For the first case that can be solved by adding a non-capturing group for the part you want to ignore, and require that group to occur 0 or 1 times (?):
loginID=(?:[^\/]+\/)?(?<userid>\S*)
https://regex101.com/r/DO74m7/1
Second case (trick is to end the capturing group for the domain with a \w, to prevent it from grabbing the .):
relay=(?<dest_domain>.*\w+)[\.\s]+\[(?<dest_ip>[^\]]+)

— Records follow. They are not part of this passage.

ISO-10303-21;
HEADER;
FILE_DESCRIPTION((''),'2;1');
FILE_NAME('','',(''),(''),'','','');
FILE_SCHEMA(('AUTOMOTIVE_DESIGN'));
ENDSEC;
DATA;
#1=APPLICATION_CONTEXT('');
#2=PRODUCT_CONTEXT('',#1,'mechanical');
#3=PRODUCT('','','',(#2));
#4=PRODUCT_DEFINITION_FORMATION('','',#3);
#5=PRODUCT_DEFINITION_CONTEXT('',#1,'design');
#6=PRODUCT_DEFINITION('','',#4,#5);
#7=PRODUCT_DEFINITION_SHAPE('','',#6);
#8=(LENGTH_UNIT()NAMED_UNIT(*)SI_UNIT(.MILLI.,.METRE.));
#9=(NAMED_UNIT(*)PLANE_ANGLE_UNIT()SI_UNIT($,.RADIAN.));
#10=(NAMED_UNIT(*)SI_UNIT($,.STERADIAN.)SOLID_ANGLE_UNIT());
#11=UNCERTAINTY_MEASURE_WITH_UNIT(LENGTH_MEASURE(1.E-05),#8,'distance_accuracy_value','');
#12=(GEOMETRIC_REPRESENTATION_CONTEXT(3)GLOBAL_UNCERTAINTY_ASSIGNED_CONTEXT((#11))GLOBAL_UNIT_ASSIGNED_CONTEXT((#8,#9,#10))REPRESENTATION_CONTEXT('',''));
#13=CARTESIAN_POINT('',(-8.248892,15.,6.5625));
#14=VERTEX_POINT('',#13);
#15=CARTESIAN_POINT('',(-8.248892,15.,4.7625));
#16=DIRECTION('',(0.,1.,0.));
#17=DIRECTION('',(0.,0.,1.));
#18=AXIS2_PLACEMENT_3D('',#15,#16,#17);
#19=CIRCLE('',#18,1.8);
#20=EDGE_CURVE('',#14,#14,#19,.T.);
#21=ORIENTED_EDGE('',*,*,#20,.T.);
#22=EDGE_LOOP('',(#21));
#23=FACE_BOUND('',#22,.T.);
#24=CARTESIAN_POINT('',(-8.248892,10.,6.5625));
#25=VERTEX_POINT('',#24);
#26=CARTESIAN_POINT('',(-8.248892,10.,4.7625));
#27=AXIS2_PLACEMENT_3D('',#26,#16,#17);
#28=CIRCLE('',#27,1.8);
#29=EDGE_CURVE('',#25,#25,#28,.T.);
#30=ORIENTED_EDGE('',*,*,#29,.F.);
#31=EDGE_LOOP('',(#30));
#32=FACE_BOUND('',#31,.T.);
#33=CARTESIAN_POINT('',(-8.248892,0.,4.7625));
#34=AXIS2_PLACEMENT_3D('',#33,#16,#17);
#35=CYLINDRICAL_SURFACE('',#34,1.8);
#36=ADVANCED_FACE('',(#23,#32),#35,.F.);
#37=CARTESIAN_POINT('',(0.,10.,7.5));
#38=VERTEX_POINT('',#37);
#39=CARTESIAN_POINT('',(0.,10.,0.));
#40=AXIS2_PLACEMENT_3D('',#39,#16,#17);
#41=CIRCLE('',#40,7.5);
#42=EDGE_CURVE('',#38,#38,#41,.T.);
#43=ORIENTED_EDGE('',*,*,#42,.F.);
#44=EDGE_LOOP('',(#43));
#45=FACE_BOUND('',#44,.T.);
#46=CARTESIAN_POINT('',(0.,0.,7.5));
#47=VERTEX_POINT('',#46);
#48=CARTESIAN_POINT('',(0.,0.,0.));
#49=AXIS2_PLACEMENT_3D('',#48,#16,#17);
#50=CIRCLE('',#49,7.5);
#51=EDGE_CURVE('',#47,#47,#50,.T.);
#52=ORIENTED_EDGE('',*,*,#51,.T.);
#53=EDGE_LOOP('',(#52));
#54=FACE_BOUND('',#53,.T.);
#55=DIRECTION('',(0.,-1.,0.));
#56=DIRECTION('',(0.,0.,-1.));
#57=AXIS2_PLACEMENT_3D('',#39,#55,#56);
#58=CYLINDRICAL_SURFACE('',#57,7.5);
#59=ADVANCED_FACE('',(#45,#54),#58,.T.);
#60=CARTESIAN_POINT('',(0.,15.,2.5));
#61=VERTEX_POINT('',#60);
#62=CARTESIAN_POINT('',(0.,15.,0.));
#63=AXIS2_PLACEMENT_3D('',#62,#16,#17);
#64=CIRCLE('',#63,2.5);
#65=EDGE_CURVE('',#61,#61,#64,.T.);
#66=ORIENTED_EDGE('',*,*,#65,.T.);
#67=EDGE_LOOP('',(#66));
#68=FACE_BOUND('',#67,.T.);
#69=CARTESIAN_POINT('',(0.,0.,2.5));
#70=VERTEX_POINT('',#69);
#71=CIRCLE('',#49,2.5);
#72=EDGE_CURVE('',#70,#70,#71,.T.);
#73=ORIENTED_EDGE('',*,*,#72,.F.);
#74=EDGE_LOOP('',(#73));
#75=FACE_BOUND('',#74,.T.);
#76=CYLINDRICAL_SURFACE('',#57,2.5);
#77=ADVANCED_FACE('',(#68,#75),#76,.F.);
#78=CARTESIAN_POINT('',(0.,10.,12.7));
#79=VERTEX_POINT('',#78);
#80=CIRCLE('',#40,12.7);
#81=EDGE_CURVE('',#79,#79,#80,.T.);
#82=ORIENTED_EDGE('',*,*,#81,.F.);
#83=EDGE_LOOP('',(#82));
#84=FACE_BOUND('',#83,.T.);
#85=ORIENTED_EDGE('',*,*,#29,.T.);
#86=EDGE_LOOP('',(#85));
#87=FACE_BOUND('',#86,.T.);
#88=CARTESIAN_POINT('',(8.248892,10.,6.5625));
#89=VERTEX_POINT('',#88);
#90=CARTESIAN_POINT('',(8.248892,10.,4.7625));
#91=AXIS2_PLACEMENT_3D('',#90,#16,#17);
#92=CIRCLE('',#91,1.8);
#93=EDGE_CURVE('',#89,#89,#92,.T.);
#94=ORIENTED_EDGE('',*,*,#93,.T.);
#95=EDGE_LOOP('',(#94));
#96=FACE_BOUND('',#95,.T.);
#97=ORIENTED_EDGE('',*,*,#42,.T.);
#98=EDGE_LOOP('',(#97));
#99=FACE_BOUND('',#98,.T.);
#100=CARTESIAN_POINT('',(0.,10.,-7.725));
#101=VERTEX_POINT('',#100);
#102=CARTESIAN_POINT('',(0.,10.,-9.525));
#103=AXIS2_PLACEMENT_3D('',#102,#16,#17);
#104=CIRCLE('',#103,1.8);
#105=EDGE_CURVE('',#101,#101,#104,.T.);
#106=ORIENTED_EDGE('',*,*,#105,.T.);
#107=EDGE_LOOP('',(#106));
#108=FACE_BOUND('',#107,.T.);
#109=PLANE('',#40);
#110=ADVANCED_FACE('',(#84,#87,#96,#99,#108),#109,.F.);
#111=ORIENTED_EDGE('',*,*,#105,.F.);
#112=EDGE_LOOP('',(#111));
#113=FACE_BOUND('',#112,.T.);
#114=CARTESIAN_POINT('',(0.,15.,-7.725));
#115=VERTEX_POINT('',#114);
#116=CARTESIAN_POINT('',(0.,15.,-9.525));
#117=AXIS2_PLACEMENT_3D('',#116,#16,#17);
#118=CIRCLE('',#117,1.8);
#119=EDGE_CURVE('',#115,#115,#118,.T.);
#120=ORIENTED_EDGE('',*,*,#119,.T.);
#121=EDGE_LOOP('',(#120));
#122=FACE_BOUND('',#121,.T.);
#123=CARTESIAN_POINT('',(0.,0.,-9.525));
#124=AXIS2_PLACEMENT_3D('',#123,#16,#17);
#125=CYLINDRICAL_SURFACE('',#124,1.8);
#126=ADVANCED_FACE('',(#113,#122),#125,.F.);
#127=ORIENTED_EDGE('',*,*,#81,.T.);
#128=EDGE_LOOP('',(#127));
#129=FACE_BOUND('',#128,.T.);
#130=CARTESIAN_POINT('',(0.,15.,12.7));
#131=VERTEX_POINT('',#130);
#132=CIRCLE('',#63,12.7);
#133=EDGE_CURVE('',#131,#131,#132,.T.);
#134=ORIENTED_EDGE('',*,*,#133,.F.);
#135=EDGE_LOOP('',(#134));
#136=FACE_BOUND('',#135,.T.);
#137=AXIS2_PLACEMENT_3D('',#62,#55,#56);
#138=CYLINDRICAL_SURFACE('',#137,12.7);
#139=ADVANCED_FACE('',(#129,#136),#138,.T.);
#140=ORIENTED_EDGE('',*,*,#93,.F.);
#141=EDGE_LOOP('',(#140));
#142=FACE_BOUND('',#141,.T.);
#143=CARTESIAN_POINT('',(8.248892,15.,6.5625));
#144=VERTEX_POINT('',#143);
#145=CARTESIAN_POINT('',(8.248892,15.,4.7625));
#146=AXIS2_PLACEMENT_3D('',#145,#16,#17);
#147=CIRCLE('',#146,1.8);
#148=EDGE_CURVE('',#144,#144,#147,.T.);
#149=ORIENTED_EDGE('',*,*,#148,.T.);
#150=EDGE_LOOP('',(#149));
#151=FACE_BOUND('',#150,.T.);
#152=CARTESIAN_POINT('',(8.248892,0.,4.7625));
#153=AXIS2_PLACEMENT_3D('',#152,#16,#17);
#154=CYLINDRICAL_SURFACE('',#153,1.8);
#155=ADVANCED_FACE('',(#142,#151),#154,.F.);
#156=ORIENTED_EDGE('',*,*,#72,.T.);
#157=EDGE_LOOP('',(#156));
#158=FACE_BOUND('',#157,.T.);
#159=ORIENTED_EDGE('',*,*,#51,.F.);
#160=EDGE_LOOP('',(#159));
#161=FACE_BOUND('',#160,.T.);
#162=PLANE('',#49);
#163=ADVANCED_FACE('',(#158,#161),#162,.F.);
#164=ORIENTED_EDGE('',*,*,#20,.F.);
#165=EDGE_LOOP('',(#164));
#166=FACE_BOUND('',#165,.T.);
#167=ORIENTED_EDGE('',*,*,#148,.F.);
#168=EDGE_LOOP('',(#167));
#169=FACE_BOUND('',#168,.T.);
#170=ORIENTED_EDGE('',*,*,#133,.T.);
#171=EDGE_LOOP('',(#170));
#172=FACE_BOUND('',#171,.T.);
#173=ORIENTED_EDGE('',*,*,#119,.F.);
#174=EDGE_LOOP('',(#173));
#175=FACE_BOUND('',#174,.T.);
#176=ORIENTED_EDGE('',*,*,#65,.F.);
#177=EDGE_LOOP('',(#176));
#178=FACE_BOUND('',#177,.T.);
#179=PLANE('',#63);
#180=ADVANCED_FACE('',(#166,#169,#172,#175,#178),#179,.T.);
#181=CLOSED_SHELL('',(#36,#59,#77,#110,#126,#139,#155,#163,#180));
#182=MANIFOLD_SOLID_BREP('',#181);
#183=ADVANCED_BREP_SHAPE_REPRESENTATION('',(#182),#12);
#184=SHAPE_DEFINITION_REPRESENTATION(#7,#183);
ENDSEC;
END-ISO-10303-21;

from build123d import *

# Parameters (mm, degrees)
SKETCH1_R           = 7.5
SKETCH1_R_2         = 2.5
BOSS_EXTRUDE1_DEPTH = 10
SKETCH2_R           = 12.7
SKETCH2_R_2         = 2.5
BOSS_EXTRUDE2_DEPTH = 5
SKETCH3_R           = 1.8
CUT_EXTRUDE1_DEPTH  = 16


with BuildPart() as part:
    # Sketch1 → Boss-Extrude1 (new body)
    with BuildSketch(Plane(origin=(0, 0, 0), x_dir=(1, 0, 0), z_dir=(0, 1, 0))):
        Circle(SKETCH1_R)
        Circle(SKETCH1_R_2, mode=Mode.SUBTRACT)
    extrude(amount=BOSS_EXTRUDE1_DEPTH)

    # Sketch2 → Boss-Extrude2 (add)
    with BuildSketch(Plane(origin=(0, 10, 0), x_dir=(-1, 0, 0), z_dir=(0, 1, 0))):
        Circle(SKETCH2_R)
        Circle(SKETCH2_R_2, mode=Mode.SUBTRACT)
    extrude(amount=BOSS_EXTRUDE2_DEPTH)

    # Sketch3 → Cut-Extrude1 (cut, through all)
    with BuildSketch(Plane(origin=(0, 15, 0), x_dir=(-1, 0, 0), z_dir=(0, 1, 0))):
        with Locations((0, -9.525)):
            Circle(SKETCH3_R)
        with Locations((-8.248891971, 4.7625)):
            Circle(SKETCH3_R)
        with Locations((8.248891971, 4.7625)):
            Circle(SKETCH3_R)
    extrude(amount=-CUT_EXTRUDE1_DEPTH, mode=Mode.SUBTRACT)


solid = part.part
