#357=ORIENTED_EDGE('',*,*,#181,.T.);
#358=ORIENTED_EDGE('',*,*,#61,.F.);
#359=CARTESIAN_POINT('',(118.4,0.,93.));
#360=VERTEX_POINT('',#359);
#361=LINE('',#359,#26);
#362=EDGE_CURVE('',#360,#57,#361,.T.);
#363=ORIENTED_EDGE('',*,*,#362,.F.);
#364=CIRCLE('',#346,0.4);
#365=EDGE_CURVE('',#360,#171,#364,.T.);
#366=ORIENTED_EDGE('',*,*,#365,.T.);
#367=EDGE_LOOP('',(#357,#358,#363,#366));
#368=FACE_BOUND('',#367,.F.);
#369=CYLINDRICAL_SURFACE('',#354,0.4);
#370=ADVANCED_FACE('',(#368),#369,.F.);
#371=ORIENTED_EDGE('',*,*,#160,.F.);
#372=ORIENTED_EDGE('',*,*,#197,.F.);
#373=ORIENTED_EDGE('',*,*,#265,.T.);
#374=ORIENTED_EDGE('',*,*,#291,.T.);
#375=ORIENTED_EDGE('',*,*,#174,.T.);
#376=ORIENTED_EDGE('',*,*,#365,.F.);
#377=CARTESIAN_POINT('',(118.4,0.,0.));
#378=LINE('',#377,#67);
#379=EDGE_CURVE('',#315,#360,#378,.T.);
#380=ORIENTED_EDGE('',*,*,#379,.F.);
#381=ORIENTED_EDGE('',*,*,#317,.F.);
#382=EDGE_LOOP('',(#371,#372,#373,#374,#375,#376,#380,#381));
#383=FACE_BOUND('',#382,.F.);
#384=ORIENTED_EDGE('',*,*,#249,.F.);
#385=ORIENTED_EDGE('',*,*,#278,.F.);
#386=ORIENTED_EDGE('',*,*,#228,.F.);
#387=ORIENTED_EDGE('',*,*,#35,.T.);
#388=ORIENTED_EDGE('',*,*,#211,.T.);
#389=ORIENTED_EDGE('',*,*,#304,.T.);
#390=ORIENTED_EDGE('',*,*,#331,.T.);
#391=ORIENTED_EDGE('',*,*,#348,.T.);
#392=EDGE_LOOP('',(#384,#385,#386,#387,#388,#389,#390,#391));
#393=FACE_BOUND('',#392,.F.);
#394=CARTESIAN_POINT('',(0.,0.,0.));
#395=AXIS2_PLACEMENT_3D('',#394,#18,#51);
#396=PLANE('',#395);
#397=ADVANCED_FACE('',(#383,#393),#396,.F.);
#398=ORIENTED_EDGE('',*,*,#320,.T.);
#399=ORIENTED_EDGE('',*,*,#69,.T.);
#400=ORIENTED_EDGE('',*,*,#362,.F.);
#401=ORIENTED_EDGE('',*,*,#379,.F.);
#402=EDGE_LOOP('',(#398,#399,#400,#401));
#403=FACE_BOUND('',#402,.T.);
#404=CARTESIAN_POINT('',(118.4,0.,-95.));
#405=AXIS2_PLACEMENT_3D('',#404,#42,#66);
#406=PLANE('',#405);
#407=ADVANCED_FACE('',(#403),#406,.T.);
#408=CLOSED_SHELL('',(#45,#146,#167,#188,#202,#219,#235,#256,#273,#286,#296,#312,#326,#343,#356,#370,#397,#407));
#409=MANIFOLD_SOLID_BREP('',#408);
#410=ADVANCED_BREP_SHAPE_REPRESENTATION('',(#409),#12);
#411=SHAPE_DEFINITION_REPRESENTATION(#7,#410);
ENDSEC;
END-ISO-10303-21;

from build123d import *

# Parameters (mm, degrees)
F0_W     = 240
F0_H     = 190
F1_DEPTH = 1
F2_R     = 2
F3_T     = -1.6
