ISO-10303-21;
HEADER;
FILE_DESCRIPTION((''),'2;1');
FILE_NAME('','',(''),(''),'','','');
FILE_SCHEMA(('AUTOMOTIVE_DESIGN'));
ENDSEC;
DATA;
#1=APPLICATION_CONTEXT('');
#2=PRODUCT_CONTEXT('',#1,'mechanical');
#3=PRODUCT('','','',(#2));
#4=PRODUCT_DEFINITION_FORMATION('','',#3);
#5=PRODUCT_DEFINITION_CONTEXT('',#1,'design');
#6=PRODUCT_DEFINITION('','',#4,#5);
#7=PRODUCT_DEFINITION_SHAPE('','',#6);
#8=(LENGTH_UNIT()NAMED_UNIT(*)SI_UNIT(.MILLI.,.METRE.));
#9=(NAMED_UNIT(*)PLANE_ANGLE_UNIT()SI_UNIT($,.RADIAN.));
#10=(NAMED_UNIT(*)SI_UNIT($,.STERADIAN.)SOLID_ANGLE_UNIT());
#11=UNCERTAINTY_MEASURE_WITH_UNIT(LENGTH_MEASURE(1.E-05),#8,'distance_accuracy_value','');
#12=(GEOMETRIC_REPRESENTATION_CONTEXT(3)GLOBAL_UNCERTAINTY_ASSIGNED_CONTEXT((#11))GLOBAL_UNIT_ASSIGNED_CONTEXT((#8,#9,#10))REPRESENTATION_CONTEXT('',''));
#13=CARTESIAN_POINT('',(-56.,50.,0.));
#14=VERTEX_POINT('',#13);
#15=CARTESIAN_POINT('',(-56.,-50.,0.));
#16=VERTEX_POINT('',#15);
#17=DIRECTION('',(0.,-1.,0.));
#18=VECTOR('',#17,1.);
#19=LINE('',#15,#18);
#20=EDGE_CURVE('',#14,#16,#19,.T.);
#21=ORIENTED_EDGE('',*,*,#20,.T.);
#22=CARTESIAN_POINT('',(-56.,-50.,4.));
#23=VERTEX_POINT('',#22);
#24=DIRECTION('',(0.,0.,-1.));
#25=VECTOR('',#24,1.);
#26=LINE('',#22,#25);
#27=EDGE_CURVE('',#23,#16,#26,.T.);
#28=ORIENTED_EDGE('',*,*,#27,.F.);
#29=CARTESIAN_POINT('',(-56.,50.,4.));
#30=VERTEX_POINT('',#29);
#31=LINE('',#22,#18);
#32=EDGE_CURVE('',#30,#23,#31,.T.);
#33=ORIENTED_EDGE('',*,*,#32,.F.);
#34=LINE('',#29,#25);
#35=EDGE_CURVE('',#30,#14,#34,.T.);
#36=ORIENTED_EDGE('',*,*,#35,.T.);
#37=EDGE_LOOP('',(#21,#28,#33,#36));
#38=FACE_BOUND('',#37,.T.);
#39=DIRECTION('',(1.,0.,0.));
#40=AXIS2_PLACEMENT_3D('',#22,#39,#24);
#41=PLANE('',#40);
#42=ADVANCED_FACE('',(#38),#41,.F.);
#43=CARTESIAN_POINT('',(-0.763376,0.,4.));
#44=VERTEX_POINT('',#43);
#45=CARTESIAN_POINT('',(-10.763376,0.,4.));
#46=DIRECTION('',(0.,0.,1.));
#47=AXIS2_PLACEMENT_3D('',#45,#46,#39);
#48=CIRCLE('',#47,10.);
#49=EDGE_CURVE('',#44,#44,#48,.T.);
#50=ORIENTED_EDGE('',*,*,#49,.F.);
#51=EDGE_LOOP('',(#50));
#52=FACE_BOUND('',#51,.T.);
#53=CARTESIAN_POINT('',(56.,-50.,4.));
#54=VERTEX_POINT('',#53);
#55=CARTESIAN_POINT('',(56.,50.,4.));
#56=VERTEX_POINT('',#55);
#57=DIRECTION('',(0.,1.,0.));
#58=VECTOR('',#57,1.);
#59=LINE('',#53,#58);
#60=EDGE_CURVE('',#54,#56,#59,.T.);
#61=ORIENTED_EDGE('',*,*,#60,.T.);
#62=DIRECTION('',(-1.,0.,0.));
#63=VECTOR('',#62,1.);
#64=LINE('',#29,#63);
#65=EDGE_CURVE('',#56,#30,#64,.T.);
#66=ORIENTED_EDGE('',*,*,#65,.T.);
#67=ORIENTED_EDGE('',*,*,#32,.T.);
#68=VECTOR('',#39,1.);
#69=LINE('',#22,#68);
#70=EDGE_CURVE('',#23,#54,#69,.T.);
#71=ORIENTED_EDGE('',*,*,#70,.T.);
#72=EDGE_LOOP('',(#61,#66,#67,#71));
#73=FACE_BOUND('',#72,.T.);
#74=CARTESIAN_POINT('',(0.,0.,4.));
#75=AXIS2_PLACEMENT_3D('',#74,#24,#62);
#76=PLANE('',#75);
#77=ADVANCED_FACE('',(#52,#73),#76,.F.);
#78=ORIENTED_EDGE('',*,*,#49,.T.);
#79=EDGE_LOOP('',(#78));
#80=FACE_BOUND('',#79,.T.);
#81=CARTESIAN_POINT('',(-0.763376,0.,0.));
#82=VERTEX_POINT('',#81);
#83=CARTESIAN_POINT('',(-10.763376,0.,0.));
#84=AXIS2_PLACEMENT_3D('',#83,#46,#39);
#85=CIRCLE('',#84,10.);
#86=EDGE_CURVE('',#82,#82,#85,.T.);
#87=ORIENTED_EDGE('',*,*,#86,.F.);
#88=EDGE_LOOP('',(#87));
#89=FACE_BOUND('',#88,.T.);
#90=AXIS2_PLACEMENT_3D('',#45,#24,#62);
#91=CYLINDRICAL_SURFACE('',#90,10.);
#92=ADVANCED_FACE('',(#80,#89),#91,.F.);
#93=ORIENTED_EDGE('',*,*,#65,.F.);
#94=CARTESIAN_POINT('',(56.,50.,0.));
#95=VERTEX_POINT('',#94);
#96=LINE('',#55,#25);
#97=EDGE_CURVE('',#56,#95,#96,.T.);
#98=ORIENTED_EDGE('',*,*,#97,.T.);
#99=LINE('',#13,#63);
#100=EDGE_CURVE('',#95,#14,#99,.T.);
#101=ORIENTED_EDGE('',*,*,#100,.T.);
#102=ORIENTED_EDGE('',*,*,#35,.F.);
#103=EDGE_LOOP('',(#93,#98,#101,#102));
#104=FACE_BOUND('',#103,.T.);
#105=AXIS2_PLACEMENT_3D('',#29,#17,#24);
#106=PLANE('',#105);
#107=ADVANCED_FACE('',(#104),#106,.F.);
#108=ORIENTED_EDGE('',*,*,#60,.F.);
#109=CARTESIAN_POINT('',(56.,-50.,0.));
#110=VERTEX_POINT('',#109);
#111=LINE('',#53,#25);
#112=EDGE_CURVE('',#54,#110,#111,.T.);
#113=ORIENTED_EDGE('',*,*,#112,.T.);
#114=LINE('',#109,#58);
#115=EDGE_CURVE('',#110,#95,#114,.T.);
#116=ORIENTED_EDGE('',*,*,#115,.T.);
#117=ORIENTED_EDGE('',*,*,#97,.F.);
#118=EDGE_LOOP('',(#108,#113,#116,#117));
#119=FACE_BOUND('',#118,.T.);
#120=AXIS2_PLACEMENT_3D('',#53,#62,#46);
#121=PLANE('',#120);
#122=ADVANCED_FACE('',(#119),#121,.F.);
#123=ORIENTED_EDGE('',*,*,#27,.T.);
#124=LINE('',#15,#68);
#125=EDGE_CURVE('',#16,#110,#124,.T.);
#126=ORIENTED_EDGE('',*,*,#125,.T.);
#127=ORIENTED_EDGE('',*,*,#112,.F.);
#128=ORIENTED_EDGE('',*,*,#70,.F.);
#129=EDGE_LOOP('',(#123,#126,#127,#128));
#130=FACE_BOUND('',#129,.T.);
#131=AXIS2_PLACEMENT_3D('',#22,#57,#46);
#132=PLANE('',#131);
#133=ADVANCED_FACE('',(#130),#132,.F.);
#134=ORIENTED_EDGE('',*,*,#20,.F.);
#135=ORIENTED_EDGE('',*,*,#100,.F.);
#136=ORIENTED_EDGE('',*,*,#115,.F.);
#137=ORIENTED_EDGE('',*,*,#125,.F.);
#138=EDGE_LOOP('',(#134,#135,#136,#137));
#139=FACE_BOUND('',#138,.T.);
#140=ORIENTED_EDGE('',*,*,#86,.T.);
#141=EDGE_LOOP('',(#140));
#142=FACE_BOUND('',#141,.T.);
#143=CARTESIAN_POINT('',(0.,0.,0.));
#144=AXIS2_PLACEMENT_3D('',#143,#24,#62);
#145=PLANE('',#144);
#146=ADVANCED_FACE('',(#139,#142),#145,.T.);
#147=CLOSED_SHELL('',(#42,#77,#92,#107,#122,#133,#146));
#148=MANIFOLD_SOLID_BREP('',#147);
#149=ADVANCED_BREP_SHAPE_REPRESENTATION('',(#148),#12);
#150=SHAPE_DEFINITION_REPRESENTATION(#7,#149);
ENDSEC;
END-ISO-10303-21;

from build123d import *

# Parameters (mm, degrees)
SKETCH1_W           = 112
SKETCH1_H           = 100
SKETCH1_R           = 10
BOSS_EXTRUDE1_DEPTH = 4


with BuildPart() as part:
    # Sketch1 → Boss-Extrude1 (new body)
    with BuildSketch(Plane.XY):
        Rectangle(SKETCH1_W, SKETCH1_H)
        with Locations((-10.763375575, 0)):
            Circle(SKETCH1_R, mode=Mode.SUBTRACT)
    extrude(amount=BOSS_EXTRUDE1_DEPTH)


solid = part.part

For the first case that can be solved by adding a non-capturing group for the part you want to ignore, and require that group to occur 0 or 1 times (?):
loginID=(?:[^\/]+\/)?(?<userid>\S*)
https://regex101.com/r/DO74m7/1
Second case (trick is to end the capturing group for the domain with a \w, to prevent it from grabbing the .):
relay=(?<dest_domain>.*\w+)[\.\s]+\[(?<dest_ip>[^\]]+)
Thank you! The second one worked flawlessly. The first one is not picking up logs where the domain is missing, such as below or simply: loginid=userid. What is being matched in these cases is 'xml' from text/xml. Is there still hope? Thanks in advanced!
Jan 1 09:35:37 10.10.10.10 CEF:0|Appliance|Security|8.4.0|121|Transaction permitted|1| act=permitted app=http dvc=10.10.10.10 dst=1.1.1.1 dhost=dict.buttercup-shopping.com dpt=80 src=10.20.30.40 spt=20912 suser=LDAP://usldap.s.buttercup-games.com OU\=J,OU\=C,OU\=Users,OU\=A,DC\=s,DC\=buttercup-games,DC\=com/FirstName LastName loginID=bcs234 destinationTranslatedPort=28213 rt=1529393737 in=395 out=848 requestMethod=GET requestClientApplication=buttercup-shopping Desktop Dict (Windows NT 6.1) reason=- cs1Label=Policy cs1=Super Administrator**Domain Base,Super Administrator**s Default cs2Label=DynCat cs2=0 cs3Label=ContentType cs3=text/xml; charset\=utf-8 cn1Label=DispositionCode cn1=1026 cn2Label=ScanDuration cn2=0 request=http://site.com/fsearch?keyfrom\=sdf.setqw.cd.http.0&q\=%20N&pos\=1&doctype\=xml&xmlVersion\=3.2&dogVersion\=1.0&client\=deskdict&id\=0ef47d7cdd3941d96&vendor\=qiang.buttercup-shopping&in\=buttercup-shoppingDictFull&appVer\=6.3.69.8341&appZengqiang\=1&abTest\=8&le\=eng&scradv\=1&wstate\=yes<H\=890&LWH\=0&LSDH\=-1&proc\=some.exe&headTxt\=2B05
Problem is that there is a /
somewhere down the line, that causes my regex to look in the wrong place.
This should fix that (added a \s
to prevent it from reading beyond whitespace):
loginID=(?:[^\/\s]+\/)?(?<userid>\S*)
That worked! You are a true RegEx genius! Thank you very much!